Wonderful list!! :clap: Such a great collection you have


----------



## NYEric (Dec 1, 2010)

HAHA! :rollhappy: It looks like my list. I'm surprised you don't have more of the Canadienne hybridizers plants!?


----------



## Shiva (Dec 1, 2010)

Eric! That's because I've just started on phrags. Two years ago I only had five.


----------



## Clark (Dec 1, 2010)

Nice list!
Has your Allison Strohm bloomed for you?


----------



## Shiva (Dec 1, 2010)

Clark! 
Allison hasn't flowered yet but it has a single fan about two feet wide. The plant is healthy and has a good flush of new roots. So I guess it should flower in the coming year. In fact none of my kovachii hybrids has flowered yet though I have a bud developping in one Fritz Schomburg.


----------



## NYEric (Dec 1, 2010)

Shiva said:


> Eric! That's because I've just started on phrags. Two years ago I only had five.



Addicted!


----------



## biothanasis (Dec 1, 2010)

This is a loooong list....!!!


----------



## Erythrone (Dec 1, 2010)

I want them all!!!


----------



## SlipperFan (Dec 1, 2010)

Shiva said:


> Eric! That's because I've just started on phrags. Two years ago I only had five.





NYEric said:


> Addicted!


And I thought I was bad since coming to this forum!

Beautiful list, Shiva!


----------



## Erythrone (Dec 1, 2010)

Shiva, did Autumn Fire, Ruby Slippers and Super Rubies ever bloomed?

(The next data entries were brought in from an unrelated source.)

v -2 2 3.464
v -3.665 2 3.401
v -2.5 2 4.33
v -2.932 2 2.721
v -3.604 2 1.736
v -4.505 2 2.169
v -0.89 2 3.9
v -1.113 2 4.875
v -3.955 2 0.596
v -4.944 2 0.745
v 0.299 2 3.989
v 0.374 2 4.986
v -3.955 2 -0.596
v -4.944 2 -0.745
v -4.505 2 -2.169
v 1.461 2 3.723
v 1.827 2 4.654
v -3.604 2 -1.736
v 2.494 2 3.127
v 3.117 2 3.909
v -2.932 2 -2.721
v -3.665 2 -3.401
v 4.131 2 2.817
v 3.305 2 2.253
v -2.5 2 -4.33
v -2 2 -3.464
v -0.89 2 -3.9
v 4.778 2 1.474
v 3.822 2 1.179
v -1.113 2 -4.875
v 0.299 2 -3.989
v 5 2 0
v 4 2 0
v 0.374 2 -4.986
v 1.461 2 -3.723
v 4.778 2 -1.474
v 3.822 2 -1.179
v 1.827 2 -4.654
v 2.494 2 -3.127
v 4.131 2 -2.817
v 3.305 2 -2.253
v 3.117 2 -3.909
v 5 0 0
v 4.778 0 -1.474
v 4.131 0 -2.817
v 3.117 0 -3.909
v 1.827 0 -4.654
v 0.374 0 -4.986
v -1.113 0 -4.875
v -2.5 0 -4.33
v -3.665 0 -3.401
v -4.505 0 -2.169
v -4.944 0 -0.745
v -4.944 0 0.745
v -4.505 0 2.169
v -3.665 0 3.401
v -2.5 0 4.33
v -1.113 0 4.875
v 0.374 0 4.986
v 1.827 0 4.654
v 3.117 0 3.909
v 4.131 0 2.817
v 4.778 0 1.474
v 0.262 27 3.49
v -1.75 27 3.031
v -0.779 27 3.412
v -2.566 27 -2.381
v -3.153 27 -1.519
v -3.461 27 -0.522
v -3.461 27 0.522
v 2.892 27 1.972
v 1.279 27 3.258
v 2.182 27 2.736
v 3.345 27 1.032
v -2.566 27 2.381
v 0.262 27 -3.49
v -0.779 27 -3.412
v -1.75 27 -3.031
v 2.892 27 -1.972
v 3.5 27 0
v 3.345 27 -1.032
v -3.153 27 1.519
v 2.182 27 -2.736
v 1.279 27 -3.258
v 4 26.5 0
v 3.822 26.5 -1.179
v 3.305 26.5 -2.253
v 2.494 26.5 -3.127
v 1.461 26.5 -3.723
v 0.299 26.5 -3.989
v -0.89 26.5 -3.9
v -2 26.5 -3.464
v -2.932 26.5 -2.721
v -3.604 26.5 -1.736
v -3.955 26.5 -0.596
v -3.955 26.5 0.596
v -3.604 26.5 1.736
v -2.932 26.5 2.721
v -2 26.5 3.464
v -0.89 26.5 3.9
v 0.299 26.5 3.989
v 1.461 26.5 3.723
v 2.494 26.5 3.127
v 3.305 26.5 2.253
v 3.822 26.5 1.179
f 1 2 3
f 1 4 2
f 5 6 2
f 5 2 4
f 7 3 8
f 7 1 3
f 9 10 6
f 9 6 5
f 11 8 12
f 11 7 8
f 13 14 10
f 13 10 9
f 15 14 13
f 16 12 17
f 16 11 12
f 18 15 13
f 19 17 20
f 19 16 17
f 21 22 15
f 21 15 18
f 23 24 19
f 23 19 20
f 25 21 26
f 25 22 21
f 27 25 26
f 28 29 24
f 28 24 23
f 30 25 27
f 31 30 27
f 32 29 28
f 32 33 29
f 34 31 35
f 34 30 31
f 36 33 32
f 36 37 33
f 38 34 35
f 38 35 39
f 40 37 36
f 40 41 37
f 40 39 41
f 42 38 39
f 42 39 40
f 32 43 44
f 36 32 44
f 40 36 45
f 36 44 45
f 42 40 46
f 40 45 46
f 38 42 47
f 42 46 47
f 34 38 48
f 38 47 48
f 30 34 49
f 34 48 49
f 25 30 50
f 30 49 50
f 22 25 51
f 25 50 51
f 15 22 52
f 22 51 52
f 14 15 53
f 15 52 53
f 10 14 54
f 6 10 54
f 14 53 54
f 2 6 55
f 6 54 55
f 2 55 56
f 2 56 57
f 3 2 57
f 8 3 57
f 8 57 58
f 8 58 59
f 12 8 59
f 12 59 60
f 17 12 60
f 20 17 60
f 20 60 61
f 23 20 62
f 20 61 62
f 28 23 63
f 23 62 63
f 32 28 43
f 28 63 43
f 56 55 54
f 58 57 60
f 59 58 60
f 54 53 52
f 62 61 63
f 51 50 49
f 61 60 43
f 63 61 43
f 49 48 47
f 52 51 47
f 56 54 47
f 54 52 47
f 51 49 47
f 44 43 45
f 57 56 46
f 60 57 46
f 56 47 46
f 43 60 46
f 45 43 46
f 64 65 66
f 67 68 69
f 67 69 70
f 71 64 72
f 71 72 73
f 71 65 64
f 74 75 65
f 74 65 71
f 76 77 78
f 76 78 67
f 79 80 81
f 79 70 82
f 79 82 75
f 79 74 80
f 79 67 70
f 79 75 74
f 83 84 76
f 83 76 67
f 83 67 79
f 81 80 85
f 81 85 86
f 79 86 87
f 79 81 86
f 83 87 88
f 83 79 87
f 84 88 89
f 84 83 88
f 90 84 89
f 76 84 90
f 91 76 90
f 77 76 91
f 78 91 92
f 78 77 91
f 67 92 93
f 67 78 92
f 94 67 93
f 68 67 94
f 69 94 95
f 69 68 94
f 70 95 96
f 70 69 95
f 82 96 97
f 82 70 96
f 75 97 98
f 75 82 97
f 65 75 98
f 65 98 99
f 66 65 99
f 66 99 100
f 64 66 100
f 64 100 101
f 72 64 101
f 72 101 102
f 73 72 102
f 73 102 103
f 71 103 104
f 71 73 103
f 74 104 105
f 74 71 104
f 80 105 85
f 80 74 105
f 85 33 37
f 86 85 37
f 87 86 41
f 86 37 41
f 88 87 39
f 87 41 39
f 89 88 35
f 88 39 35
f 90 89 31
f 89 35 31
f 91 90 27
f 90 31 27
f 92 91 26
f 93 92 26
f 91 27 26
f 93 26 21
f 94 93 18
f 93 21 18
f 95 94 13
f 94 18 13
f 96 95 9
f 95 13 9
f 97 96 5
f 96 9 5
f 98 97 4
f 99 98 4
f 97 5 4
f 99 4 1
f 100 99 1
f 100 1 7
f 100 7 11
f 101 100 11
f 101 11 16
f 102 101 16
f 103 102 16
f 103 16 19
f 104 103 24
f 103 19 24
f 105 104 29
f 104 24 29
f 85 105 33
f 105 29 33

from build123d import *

# Parameters (mm, degrees)
SKETCH1_R           = 5
BOSS_EXTRUDE1_DEPTH = 2
SKETCH2_R           = 4
BOSS_EXTRUDE2_DEPTH = 25
CHAMFER1_SIZE       = 0.5


with BuildPart() as part:
    # Sketch1 → Boss-Extrude1 (new body)
    with BuildSketch(Plane(origin=(0, 0, 0), x_dir=(1, 0, 0), z_dir=(0, 1, 0))):
        Circle(SKETCH1_R)
    extrude(amount=BOSS_EXTRUDE1_DEPTH)

    # Sketch2 → Boss-Extrude2 (add)
    with BuildSketch(Plane(origin=(0, 2, 0), x_dir=(1, 0, 0), z_dir=(0, 1, 0))):
        Circle(SKETCH2_R)
    extrude(amount=BOSS_EXTRUDE2_DEPTH)

    # Chamfer1
    chamfer1_edges = [part.edges().sort_by_distance(p)[0] for p in [
        (-4, 27, 0),
    ]]
    chamfer(chamfer1_edges, length=CHAMFER1_SIZE)


solid = part.part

I regret that I didn't buy Autumn Fire and Super Rubies when Jason Fischer came in Montreal. 

A yellow Mario Glanz is also on my wish list... And Iwonder why I didn't buy a Don Wimber yet! 

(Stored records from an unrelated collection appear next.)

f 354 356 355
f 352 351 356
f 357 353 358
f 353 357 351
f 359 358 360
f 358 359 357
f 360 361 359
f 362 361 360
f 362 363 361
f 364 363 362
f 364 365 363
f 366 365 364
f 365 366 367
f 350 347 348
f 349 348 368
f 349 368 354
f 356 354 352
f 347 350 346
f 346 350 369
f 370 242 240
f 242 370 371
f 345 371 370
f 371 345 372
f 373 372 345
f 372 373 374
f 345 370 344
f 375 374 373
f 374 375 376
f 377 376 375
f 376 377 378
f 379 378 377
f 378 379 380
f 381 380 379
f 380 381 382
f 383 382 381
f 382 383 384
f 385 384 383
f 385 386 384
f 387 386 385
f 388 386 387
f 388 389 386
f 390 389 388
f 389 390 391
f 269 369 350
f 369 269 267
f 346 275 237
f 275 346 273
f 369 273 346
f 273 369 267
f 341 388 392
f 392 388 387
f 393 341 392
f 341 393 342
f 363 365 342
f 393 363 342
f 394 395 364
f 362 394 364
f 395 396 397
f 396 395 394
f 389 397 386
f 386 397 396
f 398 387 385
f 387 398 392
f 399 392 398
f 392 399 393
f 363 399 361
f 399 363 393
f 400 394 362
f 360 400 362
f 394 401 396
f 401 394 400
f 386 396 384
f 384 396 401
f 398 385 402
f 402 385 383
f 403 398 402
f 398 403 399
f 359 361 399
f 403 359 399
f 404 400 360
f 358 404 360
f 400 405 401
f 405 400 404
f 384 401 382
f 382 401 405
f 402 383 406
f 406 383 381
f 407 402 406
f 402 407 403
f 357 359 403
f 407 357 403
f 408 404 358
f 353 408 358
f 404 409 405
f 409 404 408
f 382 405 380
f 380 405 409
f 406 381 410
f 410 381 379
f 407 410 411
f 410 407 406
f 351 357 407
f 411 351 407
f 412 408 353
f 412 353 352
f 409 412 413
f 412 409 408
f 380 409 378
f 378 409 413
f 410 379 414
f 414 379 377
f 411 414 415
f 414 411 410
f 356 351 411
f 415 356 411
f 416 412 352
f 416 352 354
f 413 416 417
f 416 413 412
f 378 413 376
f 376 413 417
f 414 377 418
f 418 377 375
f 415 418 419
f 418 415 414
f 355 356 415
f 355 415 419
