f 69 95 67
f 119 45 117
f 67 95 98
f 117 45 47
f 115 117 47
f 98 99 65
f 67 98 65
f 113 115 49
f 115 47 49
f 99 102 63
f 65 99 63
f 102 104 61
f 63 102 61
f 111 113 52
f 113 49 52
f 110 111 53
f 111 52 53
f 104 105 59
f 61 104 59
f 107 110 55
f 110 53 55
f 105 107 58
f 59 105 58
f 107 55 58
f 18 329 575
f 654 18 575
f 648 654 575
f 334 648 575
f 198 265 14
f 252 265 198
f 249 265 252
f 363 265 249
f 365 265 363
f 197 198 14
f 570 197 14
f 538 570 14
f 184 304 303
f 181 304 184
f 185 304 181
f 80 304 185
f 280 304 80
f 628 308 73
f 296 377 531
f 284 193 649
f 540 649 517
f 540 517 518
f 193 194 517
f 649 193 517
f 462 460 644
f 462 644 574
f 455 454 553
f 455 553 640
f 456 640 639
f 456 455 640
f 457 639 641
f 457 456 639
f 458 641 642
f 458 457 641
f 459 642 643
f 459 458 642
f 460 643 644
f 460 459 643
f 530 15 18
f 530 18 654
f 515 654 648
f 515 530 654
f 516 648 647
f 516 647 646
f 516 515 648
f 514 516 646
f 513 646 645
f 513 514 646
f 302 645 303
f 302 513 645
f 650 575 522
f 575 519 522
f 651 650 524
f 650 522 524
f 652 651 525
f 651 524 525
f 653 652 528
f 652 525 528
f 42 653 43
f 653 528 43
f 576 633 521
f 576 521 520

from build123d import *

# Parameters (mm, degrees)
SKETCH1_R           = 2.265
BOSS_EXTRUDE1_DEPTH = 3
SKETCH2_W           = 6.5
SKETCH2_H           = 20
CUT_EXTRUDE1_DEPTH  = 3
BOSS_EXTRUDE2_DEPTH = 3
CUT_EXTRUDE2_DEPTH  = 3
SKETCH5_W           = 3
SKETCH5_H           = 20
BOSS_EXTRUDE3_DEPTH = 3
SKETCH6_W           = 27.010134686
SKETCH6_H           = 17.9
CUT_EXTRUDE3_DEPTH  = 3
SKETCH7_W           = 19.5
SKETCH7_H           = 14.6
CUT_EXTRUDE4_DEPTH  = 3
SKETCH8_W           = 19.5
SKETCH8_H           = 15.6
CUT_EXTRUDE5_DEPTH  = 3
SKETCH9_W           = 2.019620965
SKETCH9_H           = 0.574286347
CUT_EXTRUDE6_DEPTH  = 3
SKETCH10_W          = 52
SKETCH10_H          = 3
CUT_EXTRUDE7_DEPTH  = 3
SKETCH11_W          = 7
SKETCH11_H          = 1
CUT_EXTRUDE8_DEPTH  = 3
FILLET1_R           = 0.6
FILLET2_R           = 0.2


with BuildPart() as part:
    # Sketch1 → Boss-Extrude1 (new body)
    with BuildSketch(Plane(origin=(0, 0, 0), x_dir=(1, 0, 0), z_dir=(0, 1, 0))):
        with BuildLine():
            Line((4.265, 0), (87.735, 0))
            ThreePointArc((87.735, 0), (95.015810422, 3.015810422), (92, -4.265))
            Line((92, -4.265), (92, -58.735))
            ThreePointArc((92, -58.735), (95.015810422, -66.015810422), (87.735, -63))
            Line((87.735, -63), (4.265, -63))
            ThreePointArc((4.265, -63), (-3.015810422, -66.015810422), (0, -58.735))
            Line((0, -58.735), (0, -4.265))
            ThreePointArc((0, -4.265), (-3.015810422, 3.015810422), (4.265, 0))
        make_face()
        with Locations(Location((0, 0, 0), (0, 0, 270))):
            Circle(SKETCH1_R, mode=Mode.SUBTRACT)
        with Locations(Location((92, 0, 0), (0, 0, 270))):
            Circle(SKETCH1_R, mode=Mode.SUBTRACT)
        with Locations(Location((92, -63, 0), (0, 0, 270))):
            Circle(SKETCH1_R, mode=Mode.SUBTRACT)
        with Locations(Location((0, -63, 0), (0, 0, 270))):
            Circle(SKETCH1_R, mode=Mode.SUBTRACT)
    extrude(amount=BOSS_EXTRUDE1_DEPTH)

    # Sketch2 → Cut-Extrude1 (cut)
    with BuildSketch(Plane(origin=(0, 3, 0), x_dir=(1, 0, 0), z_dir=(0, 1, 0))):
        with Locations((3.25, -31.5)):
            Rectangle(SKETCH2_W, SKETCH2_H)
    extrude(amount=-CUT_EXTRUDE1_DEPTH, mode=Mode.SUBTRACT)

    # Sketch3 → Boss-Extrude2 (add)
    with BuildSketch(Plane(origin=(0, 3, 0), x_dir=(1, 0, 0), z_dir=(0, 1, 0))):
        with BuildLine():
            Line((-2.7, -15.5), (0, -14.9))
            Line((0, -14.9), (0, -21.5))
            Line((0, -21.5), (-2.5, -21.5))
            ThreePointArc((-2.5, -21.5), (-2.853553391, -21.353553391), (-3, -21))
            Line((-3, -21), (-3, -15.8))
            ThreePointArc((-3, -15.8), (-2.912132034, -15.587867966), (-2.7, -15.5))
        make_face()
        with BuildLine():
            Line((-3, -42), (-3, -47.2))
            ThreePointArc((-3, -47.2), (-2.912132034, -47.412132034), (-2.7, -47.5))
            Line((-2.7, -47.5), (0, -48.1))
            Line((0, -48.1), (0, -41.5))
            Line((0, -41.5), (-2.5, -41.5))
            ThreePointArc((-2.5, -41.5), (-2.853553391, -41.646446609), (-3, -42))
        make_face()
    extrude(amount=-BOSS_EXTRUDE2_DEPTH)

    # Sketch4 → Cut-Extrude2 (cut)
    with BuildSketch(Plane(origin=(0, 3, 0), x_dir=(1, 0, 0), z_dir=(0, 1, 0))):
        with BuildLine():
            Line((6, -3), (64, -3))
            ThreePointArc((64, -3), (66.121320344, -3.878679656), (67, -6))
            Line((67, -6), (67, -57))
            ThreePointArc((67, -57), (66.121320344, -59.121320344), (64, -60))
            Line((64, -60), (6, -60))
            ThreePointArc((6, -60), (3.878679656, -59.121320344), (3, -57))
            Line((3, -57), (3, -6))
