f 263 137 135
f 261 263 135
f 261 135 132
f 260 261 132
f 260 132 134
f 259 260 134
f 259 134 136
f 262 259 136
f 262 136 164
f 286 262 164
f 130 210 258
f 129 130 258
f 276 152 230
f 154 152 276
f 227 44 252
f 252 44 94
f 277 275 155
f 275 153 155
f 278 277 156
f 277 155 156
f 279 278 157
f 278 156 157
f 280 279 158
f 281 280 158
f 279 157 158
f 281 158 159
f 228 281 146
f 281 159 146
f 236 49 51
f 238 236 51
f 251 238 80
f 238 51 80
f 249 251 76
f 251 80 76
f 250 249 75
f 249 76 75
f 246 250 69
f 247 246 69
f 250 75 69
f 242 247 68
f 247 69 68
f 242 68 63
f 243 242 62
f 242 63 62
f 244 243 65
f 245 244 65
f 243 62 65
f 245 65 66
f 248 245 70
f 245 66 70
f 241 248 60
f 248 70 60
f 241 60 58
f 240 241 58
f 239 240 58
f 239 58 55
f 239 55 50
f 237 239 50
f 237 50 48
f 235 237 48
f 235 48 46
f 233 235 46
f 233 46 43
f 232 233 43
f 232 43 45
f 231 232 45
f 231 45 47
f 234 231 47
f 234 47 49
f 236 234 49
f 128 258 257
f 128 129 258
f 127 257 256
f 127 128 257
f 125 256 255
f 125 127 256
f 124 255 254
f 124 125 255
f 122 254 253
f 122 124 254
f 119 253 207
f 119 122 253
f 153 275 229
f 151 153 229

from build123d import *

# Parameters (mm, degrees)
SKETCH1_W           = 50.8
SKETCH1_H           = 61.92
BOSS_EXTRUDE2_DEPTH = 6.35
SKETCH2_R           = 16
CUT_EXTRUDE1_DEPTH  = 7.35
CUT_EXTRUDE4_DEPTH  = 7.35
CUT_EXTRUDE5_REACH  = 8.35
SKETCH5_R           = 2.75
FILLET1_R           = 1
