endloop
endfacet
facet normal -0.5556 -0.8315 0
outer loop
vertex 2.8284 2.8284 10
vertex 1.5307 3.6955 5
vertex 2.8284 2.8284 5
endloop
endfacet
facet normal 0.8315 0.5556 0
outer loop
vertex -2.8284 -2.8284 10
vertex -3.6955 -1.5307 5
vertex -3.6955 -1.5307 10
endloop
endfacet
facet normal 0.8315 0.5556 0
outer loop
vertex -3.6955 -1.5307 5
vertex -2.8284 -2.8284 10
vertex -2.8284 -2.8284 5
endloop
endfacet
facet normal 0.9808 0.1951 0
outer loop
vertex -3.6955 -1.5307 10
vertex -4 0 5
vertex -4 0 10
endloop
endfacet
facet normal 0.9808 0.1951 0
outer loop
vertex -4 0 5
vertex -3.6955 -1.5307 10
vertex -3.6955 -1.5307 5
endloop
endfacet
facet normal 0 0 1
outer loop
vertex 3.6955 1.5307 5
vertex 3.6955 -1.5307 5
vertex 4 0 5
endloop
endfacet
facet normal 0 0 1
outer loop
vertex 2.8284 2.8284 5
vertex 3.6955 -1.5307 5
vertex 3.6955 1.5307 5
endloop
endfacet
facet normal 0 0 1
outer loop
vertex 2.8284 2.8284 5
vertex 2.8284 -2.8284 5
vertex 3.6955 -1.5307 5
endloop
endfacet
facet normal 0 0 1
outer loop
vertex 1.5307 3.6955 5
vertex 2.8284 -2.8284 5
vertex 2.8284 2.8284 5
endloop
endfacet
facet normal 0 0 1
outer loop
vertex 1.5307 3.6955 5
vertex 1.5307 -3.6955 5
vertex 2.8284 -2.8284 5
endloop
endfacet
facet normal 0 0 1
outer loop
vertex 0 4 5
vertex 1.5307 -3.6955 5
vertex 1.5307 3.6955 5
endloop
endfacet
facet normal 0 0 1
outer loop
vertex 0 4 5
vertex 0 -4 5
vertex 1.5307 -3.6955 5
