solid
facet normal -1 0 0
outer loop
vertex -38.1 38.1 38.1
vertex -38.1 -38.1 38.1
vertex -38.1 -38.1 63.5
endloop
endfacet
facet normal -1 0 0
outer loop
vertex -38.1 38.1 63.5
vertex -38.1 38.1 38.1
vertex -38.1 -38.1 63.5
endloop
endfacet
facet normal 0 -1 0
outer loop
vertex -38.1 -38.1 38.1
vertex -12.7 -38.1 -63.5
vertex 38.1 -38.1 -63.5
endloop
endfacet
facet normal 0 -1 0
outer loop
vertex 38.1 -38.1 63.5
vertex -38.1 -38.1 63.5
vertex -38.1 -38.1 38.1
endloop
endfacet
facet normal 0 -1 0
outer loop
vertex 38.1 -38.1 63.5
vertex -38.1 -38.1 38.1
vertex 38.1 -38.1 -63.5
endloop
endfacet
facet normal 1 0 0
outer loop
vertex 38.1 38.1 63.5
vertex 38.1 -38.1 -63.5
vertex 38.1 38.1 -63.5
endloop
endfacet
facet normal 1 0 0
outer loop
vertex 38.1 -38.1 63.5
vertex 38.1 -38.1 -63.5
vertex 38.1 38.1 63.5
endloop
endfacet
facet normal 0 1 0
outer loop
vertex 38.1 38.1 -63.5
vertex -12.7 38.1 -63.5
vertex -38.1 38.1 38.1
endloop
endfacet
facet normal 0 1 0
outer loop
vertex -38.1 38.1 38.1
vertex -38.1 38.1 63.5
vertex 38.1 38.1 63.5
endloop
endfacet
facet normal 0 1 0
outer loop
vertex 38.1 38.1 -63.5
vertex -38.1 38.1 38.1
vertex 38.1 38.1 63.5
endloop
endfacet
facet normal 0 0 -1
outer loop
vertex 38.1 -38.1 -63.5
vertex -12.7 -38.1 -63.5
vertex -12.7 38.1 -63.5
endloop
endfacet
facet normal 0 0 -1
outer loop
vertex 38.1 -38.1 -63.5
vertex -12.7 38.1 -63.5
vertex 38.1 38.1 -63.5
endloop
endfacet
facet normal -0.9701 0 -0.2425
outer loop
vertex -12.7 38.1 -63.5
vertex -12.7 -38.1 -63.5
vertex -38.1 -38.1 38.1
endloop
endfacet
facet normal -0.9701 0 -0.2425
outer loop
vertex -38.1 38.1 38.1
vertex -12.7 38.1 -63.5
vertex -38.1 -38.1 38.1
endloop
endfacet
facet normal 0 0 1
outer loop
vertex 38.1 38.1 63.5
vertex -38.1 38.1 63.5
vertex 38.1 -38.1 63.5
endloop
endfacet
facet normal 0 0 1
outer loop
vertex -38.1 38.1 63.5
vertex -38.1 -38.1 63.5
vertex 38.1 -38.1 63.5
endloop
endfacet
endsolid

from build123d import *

# Parameters (mm, degrees)
F0_W     = 76.2
F0_H     = 127
F1_DEPTH = 38.1
F3_DEPTH = 76.201


with BuildPart() as f1:
    # F0 (on Front) → F1 (new body, symmetric)
    with BuildSketch(Plane.XZ):
        Rectangle(F0_W, F0_H)
    extrude(amount=F1_DEPTH, both=True)

    # F2 (on face) → F3 (cut, through all)
    with BuildSketch(Plane.XZ.offset(38.1)):
        Polygon((-38.1, 38.1), (-38.1, -63.5), (-12.7, -63.5), align=None)
    extrude(amount=-F3_DEPTH, mode=Mode.SUBTRACT)


solid = f1.part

For the Phrag Jason Fischer you sold me: do you know the cultivar name of the parents?


----------



## Shiva (Dec 1, 2010)

Erythrone
Most of my phrags are still too small to flower. But the majority are growing well and many should flower in the coming year. I don't have the parents' cultivar name of your Jason Fischer. The sticker simply came as Jason Fischer.
As you can see in the list, I have 7 Don Wimber and so far three have flowered and one is flowering again right now and I have an extra division of this one. I hope to post the flower soon.


----------



## Erythrone (Dec 1, 2010)

Merci Michel!


----------



## JeanLux (Dec 2, 2010)

Om.. That's a list (within 2 years :drool: ) !!!! You are a busy buyer !!!! Jean

btw. this allowed me to update my phrag. hybrids excel sheet with Fairy-Tale pink from Jean-Pierre and Tracy Nelson (R.Stoddart); thanks for that
(if there is any interest please pm me)


----------



## jrfehon (Feb 5, 2011)

What a list! I have 11 phrags and have had trouble with blooming, in particular with my caudatum phrags. I have five of them, they're all blooming size, but none have rebloomed since I purchased them in 2009. They get plenty of good rain water, air circulation, and temps of 60 at night and 75 during the day. Any tips for me on what I might be doing wrong?


----------



## NYEric (Feb 5, 2011)

Show us photos of the plants in their growing area.


----------



## Hera (Feb 5, 2011)

NYEric said:


> Show us photos of the plants in their growing area.



Yes please!!


----------



## John M (Feb 5, 2011)

Wow, Shiva! That's a nice collection you've got! You have very good Phrag. taste! : )


----------



## koshki (Feb 25, 2011)

Shiva said:


> ...I've just started on phrags. Two years ago I only had five.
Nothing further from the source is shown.